A small plastic ball with a mass of 6.80 10-3 kg and with a charge of +0.161 µC is suspended from an insulating thread and hangs between the plates of a capacitor (see the drawing). The ball is in equilibrium, with the thread making an angle of 30.0° with respect to the vertical. The area of each plate is 0.0155 m2. What is the magnitude of the charge on each plate?
m=6.8•10⁻³ kg, q=0.161•10⁻⁶C, A=0.0155 m², α=30°, Q=?
Let’s find the projections of the forces acting on the plastic ball:
x-projections: Tsinα =F ……. (1)
y-projections: Tcosα = mg ……(2)
Divide (1) by (2)
Tsinα /Tcosα=F/mg,
tanα =F/mg…………(3)
F=qE=qσ/ε₀=q•Q/A ε₀ …(4)
Substitute (4) in (3)
tanα = qQ/A• ε₀•m•g,
Q= A•ε₀•mg• tanα/q=
=0.0155•8.85•10⁻¹²•6.8•10⁻³•9.8•0.577/0.161•10⁻⁶=
= 3.28•10⁻⁸ C
To find the magnitude of the charge on each plate, we can start by analyzing the forces acting on the suspended plastic ball.
When the ball is in equilibrium, the gravitational force pulling it downwards is balanced by the electrical force due to the electric field between the plates of the capacitor.
Let's break down the forces involved:
1. Gravitational force (Fg):
The gravitational force acting on the ball is given by the equation:
Fg = mass * acceleration due to gravity
In this case, the mass of the ball is 6.80 * 10^-3 kg, and the acceleration due to gravity is approximately 9.8 m/s^2. Therefore, we can calculate the gravitational force acting on the ball.
2. Electrical force (Fe):
The electrical force acting on the ball is given by the equation:
Fe = charge on the ball * electric field strength
The electric field strength between the plates of the capacitor can be calculated by dividing the voltage (V) applied to the capacitor by the distance (d) between the plates:
E = V / d
In this case, the electric field strength (E) can be found using the given voltage (V) and the distance (d) between the plates.

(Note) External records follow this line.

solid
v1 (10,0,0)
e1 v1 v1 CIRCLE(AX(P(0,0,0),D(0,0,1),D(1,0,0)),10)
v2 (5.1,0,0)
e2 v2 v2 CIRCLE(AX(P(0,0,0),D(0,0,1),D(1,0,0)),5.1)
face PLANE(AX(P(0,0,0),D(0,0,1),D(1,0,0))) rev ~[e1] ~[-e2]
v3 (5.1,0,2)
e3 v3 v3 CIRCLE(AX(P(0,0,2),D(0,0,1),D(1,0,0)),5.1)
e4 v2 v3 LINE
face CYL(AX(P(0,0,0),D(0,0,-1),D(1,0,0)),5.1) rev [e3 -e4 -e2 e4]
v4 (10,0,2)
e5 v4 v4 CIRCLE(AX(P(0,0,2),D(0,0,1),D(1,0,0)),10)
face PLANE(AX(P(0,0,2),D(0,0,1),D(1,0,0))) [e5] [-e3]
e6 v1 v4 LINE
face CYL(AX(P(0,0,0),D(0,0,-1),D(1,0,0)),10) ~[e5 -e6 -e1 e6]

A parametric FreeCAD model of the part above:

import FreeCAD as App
import Part
import Sketcher

V = App.Vector
Q = App.Units.Quantity

doc = App.newDocument("Part")
body = doc.addObject("PartDesign::Body", "Body")

sketch1 = doc.addObject("Sketcher::SketchObject", "Sketch")
body.addObject(sketch1)
sketch1.AttachmentSupport = (doc.XY_Plane, [""])
sketch1.MapMode = "FlatFace"
sketch1.addGeometry(Part.Circle(V(0, 0, 0), V(0, 0, 1), 10), False)
sketch1.addGeometry(Part.Circle(V(0, 0, 0), V(0, 0, 1), 5.1), False)
sketch1.addConstraint(Sketcher.Constraint("Coincident", 0, 3, -1, 1))
sketch1.addConstraint(Sketcher.Constraint("Coincident", 1, 3, -1, 1))
sketch1.addConstraint(Sketcher.Constraint("Diameter", 0, Q("20 mm")))
sketch1.addConstraint(Sketcher.Constraint("Diameter", 1, Q("10.2 mm")))
pad1 = doc.addObject("PartDesign::Pad", "Pad")
body.addObject(pad1)
pad1.Profile = sketch1
pad1.Length = 2

doc.recompute()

The charge on each plate can be calculated as follows:
3. Force equilibrium:
For the ball to be in equilibrium, the gravitational force (Fg) and the electrical force (Fe) must be equal and opposite. Therefore, we can equate the equations for Fg and Fe to find the charge on the plates.
Now that we have broken down the problem into smaller parts, we can proceed to determine the magnitude of the charge on each plate.